Разговор пошёл горестный, тяжёлый.
Говорили и о чуме, которая нет-нет да и наведывалась в Новгород:
— Харкнет человек кровью — и по третьему дню готов!..
— Княжеский доктор говорит: этот, дескать, мор чёрный, его из-за моря привозят. Купцы.
— Да уж он знает, Аврам!.. Все, поди, черны книги прочёл!.. Он многих в народе вылечил.
— Добрый лекарь! А только — голод да нищета, дак и лекарства — тщета!..
— Нет, в стары времена куда легче жили!.. Нынче богаты бедных поесть хотят, ровно бы волки, живоядцы!..
После голода и чумы заговорили о татарах:
— Слышь ты, окаянны хочут всю молодёжь с собой на войну погнать... Да Олександр Ярославич, дай ему бог веку, он заступил: не дал!
— Авось и опять съездит — отмолит!
— Ох, Орда, ох, Орда немилостивая!.. Ханы эти да баскаки наскакивают!.. И все — господин на господине!..

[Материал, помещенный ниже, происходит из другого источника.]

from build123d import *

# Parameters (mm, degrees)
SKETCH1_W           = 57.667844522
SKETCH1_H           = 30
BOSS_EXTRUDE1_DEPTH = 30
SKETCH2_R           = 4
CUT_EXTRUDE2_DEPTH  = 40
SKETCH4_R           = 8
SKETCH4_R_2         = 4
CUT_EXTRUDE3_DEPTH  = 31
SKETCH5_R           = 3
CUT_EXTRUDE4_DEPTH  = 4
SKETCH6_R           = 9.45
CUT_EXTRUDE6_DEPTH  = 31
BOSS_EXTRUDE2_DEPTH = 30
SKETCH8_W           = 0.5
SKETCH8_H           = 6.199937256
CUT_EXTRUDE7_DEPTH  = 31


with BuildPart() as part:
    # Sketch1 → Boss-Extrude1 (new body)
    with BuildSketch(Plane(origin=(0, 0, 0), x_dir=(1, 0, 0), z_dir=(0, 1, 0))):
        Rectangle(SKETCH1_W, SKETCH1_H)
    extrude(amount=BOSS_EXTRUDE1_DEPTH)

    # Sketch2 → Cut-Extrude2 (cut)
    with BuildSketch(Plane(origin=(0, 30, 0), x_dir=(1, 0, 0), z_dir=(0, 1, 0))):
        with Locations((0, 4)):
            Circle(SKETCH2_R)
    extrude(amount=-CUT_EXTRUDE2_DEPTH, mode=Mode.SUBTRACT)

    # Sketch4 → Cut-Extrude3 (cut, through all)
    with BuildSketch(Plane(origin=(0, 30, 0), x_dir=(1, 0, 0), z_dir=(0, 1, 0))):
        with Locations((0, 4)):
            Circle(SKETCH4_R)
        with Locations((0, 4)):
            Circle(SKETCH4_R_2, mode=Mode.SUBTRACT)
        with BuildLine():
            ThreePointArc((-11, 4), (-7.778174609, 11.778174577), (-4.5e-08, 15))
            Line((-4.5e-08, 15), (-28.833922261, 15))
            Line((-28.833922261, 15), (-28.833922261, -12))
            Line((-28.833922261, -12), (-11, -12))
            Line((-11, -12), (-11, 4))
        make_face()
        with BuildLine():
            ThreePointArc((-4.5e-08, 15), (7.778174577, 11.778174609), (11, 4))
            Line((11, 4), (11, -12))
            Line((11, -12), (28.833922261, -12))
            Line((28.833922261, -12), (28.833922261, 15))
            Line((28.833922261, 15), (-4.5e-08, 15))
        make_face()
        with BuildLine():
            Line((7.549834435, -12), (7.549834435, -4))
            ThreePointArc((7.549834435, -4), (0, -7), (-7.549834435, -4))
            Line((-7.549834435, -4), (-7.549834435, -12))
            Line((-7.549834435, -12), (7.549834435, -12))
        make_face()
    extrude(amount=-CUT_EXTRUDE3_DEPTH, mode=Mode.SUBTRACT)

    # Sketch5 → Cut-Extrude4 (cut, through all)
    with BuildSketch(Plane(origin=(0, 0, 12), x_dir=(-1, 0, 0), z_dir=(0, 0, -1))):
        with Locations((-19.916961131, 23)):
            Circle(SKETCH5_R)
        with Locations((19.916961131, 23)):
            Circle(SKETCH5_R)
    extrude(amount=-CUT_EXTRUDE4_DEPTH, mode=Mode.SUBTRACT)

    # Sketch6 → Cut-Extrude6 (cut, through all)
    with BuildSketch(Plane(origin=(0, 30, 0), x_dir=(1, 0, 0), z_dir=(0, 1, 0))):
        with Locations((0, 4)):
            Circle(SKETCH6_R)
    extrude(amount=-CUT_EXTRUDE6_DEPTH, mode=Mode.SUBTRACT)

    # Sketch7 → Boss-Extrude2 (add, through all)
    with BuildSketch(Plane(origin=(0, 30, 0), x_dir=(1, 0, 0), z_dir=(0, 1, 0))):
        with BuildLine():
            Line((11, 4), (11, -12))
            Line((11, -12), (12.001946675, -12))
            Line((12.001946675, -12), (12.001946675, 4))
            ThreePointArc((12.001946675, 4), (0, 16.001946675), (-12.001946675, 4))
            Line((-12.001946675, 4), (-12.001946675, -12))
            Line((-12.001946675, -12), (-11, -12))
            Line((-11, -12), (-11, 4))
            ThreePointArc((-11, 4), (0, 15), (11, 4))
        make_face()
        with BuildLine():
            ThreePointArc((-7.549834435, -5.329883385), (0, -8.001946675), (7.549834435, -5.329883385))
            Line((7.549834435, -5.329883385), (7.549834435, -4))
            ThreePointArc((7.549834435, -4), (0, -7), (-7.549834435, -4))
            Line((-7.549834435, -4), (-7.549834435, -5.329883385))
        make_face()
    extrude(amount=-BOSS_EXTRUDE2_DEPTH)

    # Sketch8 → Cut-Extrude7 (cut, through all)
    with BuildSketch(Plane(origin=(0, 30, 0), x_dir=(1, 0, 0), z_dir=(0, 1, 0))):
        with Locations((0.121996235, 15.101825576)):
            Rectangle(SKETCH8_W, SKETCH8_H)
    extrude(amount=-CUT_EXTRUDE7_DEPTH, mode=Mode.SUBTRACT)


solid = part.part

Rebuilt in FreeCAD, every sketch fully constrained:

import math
import FreeCAD as App
import Part
import Sketcher

V = App.Vector
Q = App.Units.Quantity

doc = App.newDocument("Part")
body = doc.addObject("PartDesign::Body", "Body")

# Sketch on XZ plane
sketch1 = body.newObject("Sketcher::SketchObject", "Sketch")
sketch1.AttachmentSupport = (doc.getObject("XZ_Plane"), [""])
sketch1.MapMode = "FlatFace"
sketch1.addGeometry([
    Part.LineSegment(V(-29, -15, 0), V(-29, 15, 0)),
    Part.LineSegment(V(-29, 15, 0), V(29, 15, 0)),
    Part.LineSegment(V(29, 15, 0), V(29, -15, 0)),
    Part.LineSegment(V(29, -15, 0), V(-29, -15, 0)),
], False)
sketch1.addConstraint([
    Sketcher.Constraint("Coincident", 0, 2, 1, 1),
    Sketcher.Constraint("Coincident", 1, 2, 2, 1),
    Sketcher.Constraint("Coincident", 2, 2, 3, 1),
    Sketcher.Constraint("Coincident", 3, 2, 0, 1),
    Sketcher.Constraint("Vertical", 0),
    Sketcher.Constraint("Horizontal", 1),
    Sketcher.Constraint("Vertical", 2),
    Sketcher.Constraint("Horizontal", 3),
    Sketcher.Constraint("Symmetric", 0, 2, 2, 2, -1, 1),
    Sketcher.Constraint("DistanceY", 0, 1, 0, 2, Q("30 mm")),
    Sketcher.Constraint("DistanceX", 1, 1, 1, 2, Q("57.667845 mm")),
])
pad1 = body.newObject("PartDesign::Pad", "Pad")
pad1.Profile = sketch1
pad1.Length = 30
pad1.Reversed = True

# Sketch on XZ plane
sketch2 = body.newObject("Sketcher::SketchObject", "Sketch001")
sketch2.AttachmentSupport = (doc.getObject("XZ_Plane"), [""])
sketch2.MapMode = "FlatFace"
sketch2.AttachmentOffset = App.Placement(V(0, 0, -30), App.Rotation())
sketch2.addGeometry(Part.Circle(V(0, -4, 0), V(0, 0, 1), 4), False)
sketch2.addConstraint([
    Sketcher.Constraint("PointOnObject", 0, 3, -2),
    Sketcher.Constraint("Diameter", 0, Q("8 mm")),
    Sketcher.Constraint("DistanceY", 0, 3, -1, 1, Q("4 mm")),
])
pocket1 = body.newObject("PartDesign::Pocket", "Pocket")
pocket1.Profile = sketch2
pocket1.Length = 40
pocket1.Reversed = True

# Sketch on XZ plane
sketch3 = body.newObject("Sketcher::SketchObject", "Sketch002")
sketch3.AttachmentSupport = (doc.getObject("XZ_Plane"), [""])
sketch3.MapMode = "FlatFace"
sketch3.AttachmentOffset = App.Placement(V(0, 0, -30), App.Rotation())
sketch3.addGeometry([
    Part.Circle(V(0, -4, 0), V(0, 0, 1), 8),  # 0
    Part.Circle(V(0, -4, 0), V(0, 0, 1), 4),  # 1
    Part.ArcOfCircle(Part.Circle(V(0, -4, 0), V(0, 0, 1), 11), math.radians(180), math.radians(270)),  # 2
    Part.LineSegment(V(0, -15, 0), V(-28.8, -15, 0)),  # 3
    Part.LineSegment(V(-28.8, -15, 0), V(-28.8, 12, 0)),  # 4
    Part.LineSegment(V(-28.8, 12, 0), V(-11, 12, 0)),  # 5
    Part.LineSegment(V(-11, 12, 0), V(-11, -4, 0)),  # 6
    Part.ArcOfCircle(Part.Circle(V(0, -4, 0), V(0, 0, 1), 11), math.radians(-90), math.radians(0)),  # 7
    Part.LineSegment(V(11, -4, 0), V(11, 12, 0)),  # 8
    Part.LineSegment(V(11, 12, 0), V(28.8, 12, 0)),  # 9
    Part.LineSegment(V(28.8, 12, 0), V(28.8, -15, 0)),  # 10
    Part.LineSegment(V(28.8, -15, 0), V(0, -15, 0)),  # 11
    Part.LineSegment(V(7.5, 12, 0), V(7.5, 4, 0)),  # 12
    Part.ArcOfCircle(Part.Circle(V(0, -4, 0), V(0, 0, 1), 11), math.radians(47), math.radians(133)),  # 13
    Part.LineSegment(V(-7.5, 4, 0), V(-7.5, 12, 0)),  # 14
    Part.LineSegment(V(-7.5, 12, 0), V(7.5, 12, 0)),  # 15
], False)
sketch3.addConstraint([
    Sketcher.Constraint("Tangent", 2, 2, 3, 1),
    Sketcher.Constraint("Coincident", 3, 2, 4, 1),
    Sketcher.Constraint("Coincident", 4, 2, 5, 1),
    Sketcher.Constraint("Coincident", 5, 2, 6, 1),
    Sketcher.Constraint("Tangent", 6, 2, 2, 1),
    Sketcher.Constraint("Tangent", 7, 2, 8, 1),
    Sketcher.Constraint("Coincident", 8, 2, 9, 1),
    Sketcher.Constraint("Coincident", 9, 2, 10, 1),
    Sketcher.Constraint("Coincident", 10, 2, 11, 1),
    Sketcher.Constraint("Tangent", 11, 2, 7, 1),
    Sketcher.Constraint("Coincident", 12, 2, 13, 1),
    Sketcher.Constraint("Coincident", 13, 2, 14, 1),
    Sketcher.Constraint("Coincident", 14, 2, 15, 1),
    Sketcher.Constraint("Coincident", 15, 2, 12, 1),
    Sketcher.Constraint("Horizontal", 3),
    Sketcher.Constraint("Vertical", 4),
    Sketcher.Constraint("Horizontal", 5),
    Sketcher.Constraint("Vertical", 6),
    Sketcher.Constraint("Vertical", 8),
    Sketcher.Constraint("Horizontal", 9),
    Sketcher.Constraint("Vertical", 10),
    Sketcher.Constraint("Horizontal", 11),
    Sketcher.Constraint("Vertical", 12),
    Sketcher.Constraint("Vertical", 14),
    Sketcher.Constraint("Horizontal", 15),
    Sketcher.Constraint("Coincident", 1, 3, 0, 3),
    Sketcher.Constraint("Coincident", 2, 3, 0, 3),
    Sketcher.Constraint("Coincident", 7, 3, 0, 3),
    Sketcher.Constraint("Coincident", 13, 3, 0, 3),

— Ну и у них не все одинаки: всякого жита по лопате, есть и у них черна кость, бела кость!..
— Побывал я, братцы, у ихнего хана, у Менгуя, и во дворце... ну, как же? — когда Ярославича своего сопровождал... Ох, дворец, ох, дворец! Ум меркнет!.. Не хочется и вон идти!..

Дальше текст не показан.